RP is a genetic retinal disease and retinal degenerative, which causes the rod cells of the retina to lose their function. It causes blindness in approximately 40 per 100,000 people by the age of 50. It is a genetically heterogeneous disease with different allelic patterns. It is estimated that more than 100 genes of the retinal photoreceptor are implicated in the development of RP. It becomes progressively more severe as the number of mutated photoreceptor genes increases.
Signs of RP include blurred vision, night blindness, reduced visual field, poor dark adaptation, inability to detect color contrasts and/or glare, and changes in appearance from birth or around age 6. If the child is able to walk, signs of progressive, fluctuating deafness can develop, and if hospitalized the lack of communication can become evident.
While there is no conclusive treatment for retinitis pigmentosa, eye lubrication and a good diet are critical for the maintenance of vision in patients with retinitis pigmentosa. Eye surgery is another option that can be taken into account, but the decision depends heavily on individual patient wishes for a less invasive treatment option.
The number of patients with any form of RPE was 2% of the total population. Only 2 patients had both optic nerve atrophy and RP. On average, an RPE patient lived 3 to 5 years more than the general population.
The cause of RP is only unknown in a considerable part of the patients. Most patients are not referred to a specialist in a timely manner, which leads to an inadequate evaluation of other medical conditions that are relevant to the genesis or course of RP.
This pilot study suggests that most patients can be cured with a retinal transplant. More research is needed to further refine the ideal candidate and the timing of the transplant.
Even we believe we have found cure for RP, we wouldn't be satisfied until a patient who suffers from RP has a fully functional retina and has the ability to see. The only thing we can do now is to do our best to prevent the disease, treat patients as soon as we can, and continue this topic for a long time, especially as our population grows. We hope that we'll learn more.
Most people can live relatively normal lives, even with severe RP. However, the disease can have many serious consequences especially in the later stages. The impact of RP varies greatly with age and severity, but can have lifelong consequences on quality of life and vision. Further research is needed to develop a more comprehensive and accurate RP severity rating system in order to assess the true severity of RP and develop interventions for the management of RP. It is important to look after the eye to prevent blindness.

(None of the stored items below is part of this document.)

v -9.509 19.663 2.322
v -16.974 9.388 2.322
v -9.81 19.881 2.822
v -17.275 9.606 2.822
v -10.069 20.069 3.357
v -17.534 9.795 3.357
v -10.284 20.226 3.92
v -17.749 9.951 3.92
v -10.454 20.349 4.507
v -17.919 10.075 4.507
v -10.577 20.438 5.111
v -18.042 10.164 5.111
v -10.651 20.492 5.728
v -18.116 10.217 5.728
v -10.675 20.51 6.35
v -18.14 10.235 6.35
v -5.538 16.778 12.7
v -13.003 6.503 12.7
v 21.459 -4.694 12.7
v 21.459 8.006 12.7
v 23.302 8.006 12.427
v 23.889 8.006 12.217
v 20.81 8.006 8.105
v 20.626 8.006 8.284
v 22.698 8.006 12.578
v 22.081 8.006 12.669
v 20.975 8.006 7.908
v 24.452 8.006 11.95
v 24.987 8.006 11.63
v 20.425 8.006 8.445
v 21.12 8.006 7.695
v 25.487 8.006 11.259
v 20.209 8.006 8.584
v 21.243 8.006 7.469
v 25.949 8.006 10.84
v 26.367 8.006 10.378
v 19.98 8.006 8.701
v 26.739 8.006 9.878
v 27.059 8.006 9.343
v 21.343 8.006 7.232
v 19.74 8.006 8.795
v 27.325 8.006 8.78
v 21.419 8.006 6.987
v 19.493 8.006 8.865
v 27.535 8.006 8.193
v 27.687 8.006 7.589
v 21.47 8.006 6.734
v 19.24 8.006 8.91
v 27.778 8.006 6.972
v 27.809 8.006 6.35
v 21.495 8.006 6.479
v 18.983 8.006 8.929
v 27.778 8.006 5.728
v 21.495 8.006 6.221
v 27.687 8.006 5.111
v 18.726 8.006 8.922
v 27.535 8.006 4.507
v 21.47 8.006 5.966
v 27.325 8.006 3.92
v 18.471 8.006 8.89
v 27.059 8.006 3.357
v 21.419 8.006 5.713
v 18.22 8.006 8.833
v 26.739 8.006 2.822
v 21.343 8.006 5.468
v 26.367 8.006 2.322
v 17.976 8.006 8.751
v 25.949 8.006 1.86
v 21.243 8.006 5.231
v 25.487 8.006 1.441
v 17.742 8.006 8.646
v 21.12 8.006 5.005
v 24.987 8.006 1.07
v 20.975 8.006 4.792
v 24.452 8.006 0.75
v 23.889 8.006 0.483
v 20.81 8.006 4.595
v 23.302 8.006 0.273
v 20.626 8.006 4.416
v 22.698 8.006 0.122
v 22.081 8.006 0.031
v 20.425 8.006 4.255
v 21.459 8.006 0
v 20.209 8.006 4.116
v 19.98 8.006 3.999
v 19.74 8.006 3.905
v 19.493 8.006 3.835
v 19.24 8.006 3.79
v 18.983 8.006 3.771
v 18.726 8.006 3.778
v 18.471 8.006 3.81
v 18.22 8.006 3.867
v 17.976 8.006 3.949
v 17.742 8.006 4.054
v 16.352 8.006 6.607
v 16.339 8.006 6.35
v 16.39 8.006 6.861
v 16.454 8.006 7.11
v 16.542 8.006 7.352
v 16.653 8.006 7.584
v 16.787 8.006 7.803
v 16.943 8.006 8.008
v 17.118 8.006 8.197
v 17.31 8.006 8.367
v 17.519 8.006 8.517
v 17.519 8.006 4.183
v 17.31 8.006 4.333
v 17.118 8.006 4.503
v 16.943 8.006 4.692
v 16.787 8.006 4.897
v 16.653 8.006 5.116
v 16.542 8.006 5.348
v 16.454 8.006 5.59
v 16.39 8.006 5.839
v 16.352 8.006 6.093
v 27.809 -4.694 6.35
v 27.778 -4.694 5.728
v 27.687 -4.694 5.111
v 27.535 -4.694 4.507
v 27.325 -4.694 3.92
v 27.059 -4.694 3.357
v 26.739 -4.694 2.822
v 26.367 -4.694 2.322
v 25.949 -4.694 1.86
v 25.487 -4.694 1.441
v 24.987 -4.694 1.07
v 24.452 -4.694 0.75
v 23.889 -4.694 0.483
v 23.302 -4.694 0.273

The study has shown that retinitis pigmentosa shows increased occurrence of consanguineous marriages. In case of sporadic inheritance there is increased prevalence of recessive forms. Further studies have demonstrated that this hereditary and autosomal dominant inheritance can be divided into two parts named as dominant or recessive. The hereditary form with autosomal dominance has more severe symptoms and often progresses to bilateral retinal detachment.

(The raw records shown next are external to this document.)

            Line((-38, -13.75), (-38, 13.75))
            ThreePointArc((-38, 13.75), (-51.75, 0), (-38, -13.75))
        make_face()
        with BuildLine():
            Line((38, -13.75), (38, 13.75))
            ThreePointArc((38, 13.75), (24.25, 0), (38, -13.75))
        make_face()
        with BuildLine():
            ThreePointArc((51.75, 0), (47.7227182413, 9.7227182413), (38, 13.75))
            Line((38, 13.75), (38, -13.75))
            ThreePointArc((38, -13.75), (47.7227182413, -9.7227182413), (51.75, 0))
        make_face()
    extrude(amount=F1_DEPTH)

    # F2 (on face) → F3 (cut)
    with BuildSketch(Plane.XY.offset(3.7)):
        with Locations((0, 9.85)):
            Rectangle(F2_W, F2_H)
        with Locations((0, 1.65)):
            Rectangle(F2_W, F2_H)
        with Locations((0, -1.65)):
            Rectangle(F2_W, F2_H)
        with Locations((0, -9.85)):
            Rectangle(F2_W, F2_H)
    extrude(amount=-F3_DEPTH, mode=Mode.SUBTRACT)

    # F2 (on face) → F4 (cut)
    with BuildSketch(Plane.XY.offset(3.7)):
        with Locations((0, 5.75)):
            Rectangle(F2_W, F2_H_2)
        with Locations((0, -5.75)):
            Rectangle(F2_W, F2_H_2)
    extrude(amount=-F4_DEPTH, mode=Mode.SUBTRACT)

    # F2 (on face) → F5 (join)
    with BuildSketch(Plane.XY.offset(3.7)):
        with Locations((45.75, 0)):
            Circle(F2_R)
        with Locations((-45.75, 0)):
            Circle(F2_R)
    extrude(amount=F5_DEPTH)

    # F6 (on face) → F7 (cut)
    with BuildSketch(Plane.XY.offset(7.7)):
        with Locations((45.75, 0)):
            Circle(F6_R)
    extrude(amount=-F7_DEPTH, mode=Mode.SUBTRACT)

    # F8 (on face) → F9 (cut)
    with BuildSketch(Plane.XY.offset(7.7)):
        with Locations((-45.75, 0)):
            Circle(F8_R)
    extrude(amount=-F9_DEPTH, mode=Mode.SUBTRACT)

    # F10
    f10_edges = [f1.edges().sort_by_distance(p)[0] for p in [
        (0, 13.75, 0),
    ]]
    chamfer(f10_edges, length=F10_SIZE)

The 4d-125 IVT injection results in a significant decrease of macular swelling and a significant increase of central vision, without altering visual acuity. The patient's subjective self-assessment is that IVT injection does not substantially affect daily life. The IVT injection is the most potent topical drug for controlling ocular hypertension and retinopathy in patients with X-linked RP.
The 4d-125 ivt protocol in conjunction with the use of ophthalmic topical treatment of the eye is associated with a higher rate of treatment completion and a lower number of patients who develop complications as compared with the traditional IVT protocol.
4d-125 ivt is often used as a component of a 4 treatment regimen, with the primary purpose of providing higher dosages of photoreceptor toxic drugs when compared with a 2 treatment regimen.